North could open 2NT with a balanced hand and 20 to 21 points, but his hand is not balanced and his hand is more valuable than that with a singleton ace.

He does not open a major because he does not have a five-card major. Therefore, he opens one of his better minor, diamonds. South has four or more spades and bids one spade. With spades as trump, North knows that they have more than the 25 points needed for four spades. Therefore, he jumps to four spades which gets passed out.

South wins the opening heart lead with the ace and takes the spade finesse which wins. He cashes the ace of spades and trumps are drawn.

Ruffing Finesse: Because declarer has a singleton diamond opposite the AQJ1098, he does not take the normal finesse because if it wins he cannot repeat it. He could ruff until the king falls, but the best way to play diamonds is to cash the ace and put the queen on the table. If the king covers the queen, ruff. Otherwise, if East ducks, pitch a club.

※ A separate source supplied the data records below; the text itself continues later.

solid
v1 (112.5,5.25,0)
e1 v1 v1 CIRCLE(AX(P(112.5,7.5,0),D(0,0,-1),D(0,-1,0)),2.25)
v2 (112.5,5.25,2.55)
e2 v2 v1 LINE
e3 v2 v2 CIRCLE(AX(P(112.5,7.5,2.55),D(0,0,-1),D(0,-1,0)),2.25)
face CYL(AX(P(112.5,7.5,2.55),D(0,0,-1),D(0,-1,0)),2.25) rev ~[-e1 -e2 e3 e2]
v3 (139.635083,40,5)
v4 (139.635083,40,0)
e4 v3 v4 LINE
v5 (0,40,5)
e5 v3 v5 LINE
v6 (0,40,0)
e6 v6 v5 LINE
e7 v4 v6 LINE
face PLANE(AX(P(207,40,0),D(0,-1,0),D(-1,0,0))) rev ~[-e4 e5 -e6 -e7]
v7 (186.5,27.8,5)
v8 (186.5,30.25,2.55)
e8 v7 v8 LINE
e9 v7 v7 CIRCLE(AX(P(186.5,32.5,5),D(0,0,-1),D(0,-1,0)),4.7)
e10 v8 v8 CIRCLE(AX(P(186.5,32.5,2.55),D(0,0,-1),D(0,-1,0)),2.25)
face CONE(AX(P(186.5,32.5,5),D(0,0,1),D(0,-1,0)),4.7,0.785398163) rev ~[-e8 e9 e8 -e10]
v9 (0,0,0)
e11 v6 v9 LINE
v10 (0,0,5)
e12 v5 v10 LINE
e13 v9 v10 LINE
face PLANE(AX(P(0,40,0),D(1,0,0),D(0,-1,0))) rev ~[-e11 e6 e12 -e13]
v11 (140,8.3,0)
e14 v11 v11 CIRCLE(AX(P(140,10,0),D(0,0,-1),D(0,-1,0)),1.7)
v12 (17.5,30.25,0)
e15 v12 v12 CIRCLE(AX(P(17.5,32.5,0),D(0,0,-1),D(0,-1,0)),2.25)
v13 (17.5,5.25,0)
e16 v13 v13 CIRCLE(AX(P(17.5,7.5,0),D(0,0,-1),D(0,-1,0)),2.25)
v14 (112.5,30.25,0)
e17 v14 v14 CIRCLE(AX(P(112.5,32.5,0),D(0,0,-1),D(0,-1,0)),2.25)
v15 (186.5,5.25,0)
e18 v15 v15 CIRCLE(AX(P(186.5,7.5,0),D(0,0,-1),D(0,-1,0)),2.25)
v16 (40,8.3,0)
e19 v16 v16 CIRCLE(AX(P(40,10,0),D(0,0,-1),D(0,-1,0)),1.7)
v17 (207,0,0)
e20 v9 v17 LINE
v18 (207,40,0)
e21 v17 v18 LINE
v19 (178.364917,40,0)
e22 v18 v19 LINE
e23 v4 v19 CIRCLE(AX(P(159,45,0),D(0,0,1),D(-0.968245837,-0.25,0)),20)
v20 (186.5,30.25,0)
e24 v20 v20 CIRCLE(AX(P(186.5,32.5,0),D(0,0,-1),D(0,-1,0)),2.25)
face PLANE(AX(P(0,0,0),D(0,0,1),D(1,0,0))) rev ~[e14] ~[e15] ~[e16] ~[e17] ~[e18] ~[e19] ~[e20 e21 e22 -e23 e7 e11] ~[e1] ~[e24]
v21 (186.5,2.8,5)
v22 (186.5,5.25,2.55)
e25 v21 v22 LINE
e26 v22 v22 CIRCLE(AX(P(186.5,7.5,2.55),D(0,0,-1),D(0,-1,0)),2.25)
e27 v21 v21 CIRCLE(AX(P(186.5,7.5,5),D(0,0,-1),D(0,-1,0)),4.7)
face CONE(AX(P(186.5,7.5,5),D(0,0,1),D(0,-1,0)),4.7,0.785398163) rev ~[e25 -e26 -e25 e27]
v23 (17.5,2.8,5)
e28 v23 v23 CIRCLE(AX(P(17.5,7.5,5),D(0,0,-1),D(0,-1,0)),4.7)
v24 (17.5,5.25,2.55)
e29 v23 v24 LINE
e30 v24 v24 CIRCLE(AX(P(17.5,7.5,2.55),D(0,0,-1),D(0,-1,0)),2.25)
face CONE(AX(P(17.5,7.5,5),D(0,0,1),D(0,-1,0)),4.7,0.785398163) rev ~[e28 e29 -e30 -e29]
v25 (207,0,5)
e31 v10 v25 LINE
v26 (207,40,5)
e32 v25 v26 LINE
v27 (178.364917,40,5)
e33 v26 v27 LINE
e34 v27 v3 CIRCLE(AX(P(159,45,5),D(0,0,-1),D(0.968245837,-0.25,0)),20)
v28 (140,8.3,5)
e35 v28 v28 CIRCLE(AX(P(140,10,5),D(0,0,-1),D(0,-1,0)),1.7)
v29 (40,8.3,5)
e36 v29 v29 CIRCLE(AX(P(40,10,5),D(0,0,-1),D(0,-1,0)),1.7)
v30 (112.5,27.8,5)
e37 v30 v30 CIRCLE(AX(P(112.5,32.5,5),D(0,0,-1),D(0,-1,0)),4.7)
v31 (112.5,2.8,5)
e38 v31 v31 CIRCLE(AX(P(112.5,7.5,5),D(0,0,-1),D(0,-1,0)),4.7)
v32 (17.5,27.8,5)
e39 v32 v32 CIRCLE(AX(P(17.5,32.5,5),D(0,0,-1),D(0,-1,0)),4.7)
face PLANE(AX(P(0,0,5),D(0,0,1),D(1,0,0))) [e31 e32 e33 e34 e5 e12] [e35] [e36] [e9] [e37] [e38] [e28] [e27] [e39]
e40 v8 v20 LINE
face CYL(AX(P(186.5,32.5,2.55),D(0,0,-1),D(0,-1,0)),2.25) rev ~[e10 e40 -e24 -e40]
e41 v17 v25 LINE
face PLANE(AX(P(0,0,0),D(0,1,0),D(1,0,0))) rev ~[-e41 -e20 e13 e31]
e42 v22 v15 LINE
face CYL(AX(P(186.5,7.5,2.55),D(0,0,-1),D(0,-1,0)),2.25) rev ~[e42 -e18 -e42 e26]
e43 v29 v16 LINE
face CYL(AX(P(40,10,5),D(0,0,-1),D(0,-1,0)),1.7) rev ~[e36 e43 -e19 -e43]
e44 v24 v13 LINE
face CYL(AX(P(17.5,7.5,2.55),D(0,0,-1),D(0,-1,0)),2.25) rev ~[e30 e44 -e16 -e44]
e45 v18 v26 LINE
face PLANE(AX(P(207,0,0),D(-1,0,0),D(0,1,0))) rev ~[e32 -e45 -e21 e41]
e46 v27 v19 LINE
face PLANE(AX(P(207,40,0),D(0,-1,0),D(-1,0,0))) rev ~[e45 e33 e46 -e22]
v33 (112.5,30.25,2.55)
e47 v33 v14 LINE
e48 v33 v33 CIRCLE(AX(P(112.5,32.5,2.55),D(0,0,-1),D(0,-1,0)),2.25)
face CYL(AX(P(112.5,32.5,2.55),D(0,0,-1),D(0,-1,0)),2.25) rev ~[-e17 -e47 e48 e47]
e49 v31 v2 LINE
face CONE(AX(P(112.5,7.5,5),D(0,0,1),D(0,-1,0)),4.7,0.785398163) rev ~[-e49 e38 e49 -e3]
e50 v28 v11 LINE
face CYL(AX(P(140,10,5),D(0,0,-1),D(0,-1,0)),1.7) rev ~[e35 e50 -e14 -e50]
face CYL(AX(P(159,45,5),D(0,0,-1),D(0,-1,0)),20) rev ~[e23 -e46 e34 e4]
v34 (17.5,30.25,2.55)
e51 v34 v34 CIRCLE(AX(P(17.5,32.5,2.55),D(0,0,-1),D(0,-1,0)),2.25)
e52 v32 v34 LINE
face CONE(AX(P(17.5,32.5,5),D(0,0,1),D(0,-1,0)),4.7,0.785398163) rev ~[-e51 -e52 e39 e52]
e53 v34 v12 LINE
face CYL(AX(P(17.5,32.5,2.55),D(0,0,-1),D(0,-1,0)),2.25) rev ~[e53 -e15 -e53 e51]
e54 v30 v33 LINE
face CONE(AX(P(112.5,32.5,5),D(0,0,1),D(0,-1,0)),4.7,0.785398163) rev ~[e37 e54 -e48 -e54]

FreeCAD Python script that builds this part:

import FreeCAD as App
import Part
import Sketcher
from FreeCAD import Vector
Q = App.Units.Quantity

doc = App.newDocument("Part")
body = doc.addObject("PartDesign::Body", "Body")

# Sketch on XY plane
sketch1 = body.newObject("Sketcher::SketchObject", "Sketch")
sketch1.AttachmentSupport = (doc.getObject("XY_Plane"), [""])
sketch1.MapMode = "FlatFace"
sketch1.addGeometry([
    Part.LineSegment(Vector(0, 40, 0), Vector(0, 0, 0)),
    Part.LineSegment(Vector(0, 0, 0), Vector(207, 0, 0)),
    Part.LineSegment(Vector(207, 0, 0), Vector(207, 40, 0)),
    Part.LineSegment(Vector(207, 40, 0), Vector(0, 40, 0)),
], False)
sketch1.addConstraint([
    Sketcher.Constraint("Coincident", 0, 2, 1, 1),
    Sketcher.Constraint("Coincident", 1, 2, 2, 1),
    Sketcher.Constraint("Coincident", 2, 2, 3, 1),
    Sketcher.Constraint("Coincident", 3, 2, 0, 1),
    Sketcher.Constraint("Vertical", 0),
    Sketcher.Constraint("Horizontal", 1),
    Sketcher.Constraint("Vertical", 2),
    Sketcher.Constraint("Horizontal", 3),
    Sketcher.Constraint("Coincident", 0, 2, -1, 1),
    Sketcher.Constraint("DistanceX", 1, 1, 1, 2, Q("207 mm")),
    Sketcher.Constraint("DistanceY", 0, 2, 0, 1, Q("40 mm")),
])
pad1 = body.newObject("PartDesign::Pad", "Pad")
pad1.Profile = sketch1
pad1.Length = 5

# Sketch on XY plane
sketch2 = body.newObject("Sketcher::SketchObject", "Sketch001")
sketch2.AttachmentSupport = (doc.getObject("XY_Plane"), [""])
sketch2.MapMode = "FlatFace"
sketch2.AttachmentOffset = App.Placement(Vector(0, 0, 5), App.Rotation())
sketch2.addGeometry([
    Part.Circle(Vector(17.5, 32.5, 0), Vector(0, 0, 1), 2.2),  # 0
    Part.Circle(Vector(17.5, 7.5, 0), Vector(0, 0, 1), 2.2),  # 1
    Part.Circle(Vector(112.5, 32.5, 0), Vector(0, 0, 1), 2.2),  # 2
    Part.Circle(Vector(112.5, 7.5, 0), Vector(0, 0, 1), 2.2),  # 3
    Part.Circle(Vector(186.5, 32.5, 0), Vector(0, 0, 1), 2.2),  # 4
    Part.Circle(Vector(186.5, 7.5, 0), Vector(0, 0, 1), 2.2),  # 5
], False)
sketch2.addConstraint([
    Sketcher.Constraint("Equal", 0, 1),
    Sketcher.Constraint("Equal", 1, 2),
    Sketcher.Constraint("Equal", 2, 3),
    Sketcher.Constraint("Equal", 3, 4),
    Sketcher.Constraint("Equal", 4, 5),
    Sketcher.Constraint("Horizontal", 0, 3, 2, 3),
    Sketcher.Constraint("Horizontal", 1, 3, 3, 3),
    Sketcher.Constraint("Horizontal", 2, 3, 4, 3),
    Sketcher.Constraint("Horizontal", 3, 3, 5, 3),
    Sketcher.Constraint("Vertical", 0, 3, 1, 3),
    Sketcher.Constraint("Vertical", 2, 3, 3, 3),
    Sketcher.Constraint("Vertical", 4, 3, 5, 3),
    Sketcher.Constraint("Diameter", 0, Q("4.5 mm")),
    Sketcher.Constraint("DistanceY", 1, 3, 0, 3, Q("25 mm")),
    Sketcher.Constraint("DistanceX", 0, 3, 2, 3, Q("95 mm")),
    Sketcher.Constraint("DistanceX", 2, 3, 4, 3, Q("74 mm")),
    Sketcher.Constraint("DistanceX", -1, 1, 0, 3, Q("17.5 mm")),
    Sketcher.Constraint("DistanceY", -1, 1, 0, 3, Q("32.5 mm")),
])
doc.recompute()
hole = body.newObject("PartDesign::Hole", "Hole")
hole.Profile = sketch2
hole.ThreadType = "None"
hole.Diameter = 4.5
hole.DepthType = "ThroughAll"
hole.HoleCutType = "Countersink"
hole.HoleCutDiameter = 9.4
hole.HoleCutCountersinkAngle = 90

# Sketch on XY plane
sketch3 = body.newObject("Sketcher::SketchObject", "Sketch002")
sketch3.AttachmentSupport = (doc.getObject("XY_Plane"), [""])
sketch3.MapMode = "FlatFace"
sketch3.AttachmentOffset = App.Placement(Vector(0, 0, 5), App.Rotation())
sketch3.addGeometry(Part.Circle(Vector(159, 45, 0), Vector(0, 0, 1), 20), False)
sketch3.addConstraint([
    Sketcher.Constraint("Diameter", 0, Q("40 mm")),
    Sketcher.Constraint("DistanceX", -1, 1, 0, 3, Q("159 mm")),
    Sketcher.Constraint("DistanceY", -1, 1, 0, 3, Q("45 mm")),
])
doc.recompute()
hole2 = body.newObject("PartDesign::Hole", "Hole001")
hole2.Profile = sketch3
hole2.ThreadType = "None"
hole2.Diameter = 40
hole2.DepthType = "ThroughAll"

# Sketch on XY plane
sketch4 = body.newObject("Sketcher::SketchObject", "Sketch003")
sketch4.AttachmentSupport = (doc.getObject("XY_Plane"), [""])
sketch4.MapMode = "FlatFace"
sketch4.AttachmentOffset = App.Placement(Vector(0, 0, 5), App.Rotation())
sketch4.addGeometry([
    Part.Circle(Vector(40, 10, 0), Vector(0, 0, 1), 1.7),
    Part.Circle(Vector(140, 10, 0), Vector(0, 0, 1), 1.7),
], False)
sketch4.addConstraint([
    Sketcher.Constraint("Equal", 0, 1),
    Sketcher.Constraint("Horizontal", 0, 3, 1, 3),
    Sketcher.Constraint("Diameter", 0, Q("3.4 mm")),
    Sketcher.Constraint("DistanceX", -1, 1, 0, 3, Q("40 mm")),
    Sketcher.Constraint("DistanceY", -1, 1, 0, 3, Q("10 mm")),
    Sketcher.Constraint("DistanceX", -1, 1, 1, 3, Q("140 mm")),
])
doc.recompute()
hole3 = body.newObject("PartDesign::Hole", "Hole002")
hole3.Profile = sketch4
hole3.ThreadType = "None"
hole3.Diameter = 3.4
hole3.DepthType = "ThroughAll"

doc.recompute()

There is not enough trump in dummy to ruff three clubs and one heart, therefore it is best to draw trump and work with diamonds. The queen of diamonds wins and then East covers the jack. South ruffs and uses the setup diamonds to pitch all of his losers.

Result: South makes four spades plus three for +510.

Notes:

-South could cash his side suit winners and try a cross-ruff. However, that is not the proper method with such a strong side suit like diamonds.

-Should South be in slam since seven spades makes? No, because two finesses worked and  South only had a wasted jack opposite North’s singleton ace of clubs. It just worked out. One should not be in slam unless North splinters in clubs. That is an advanced topic for another column.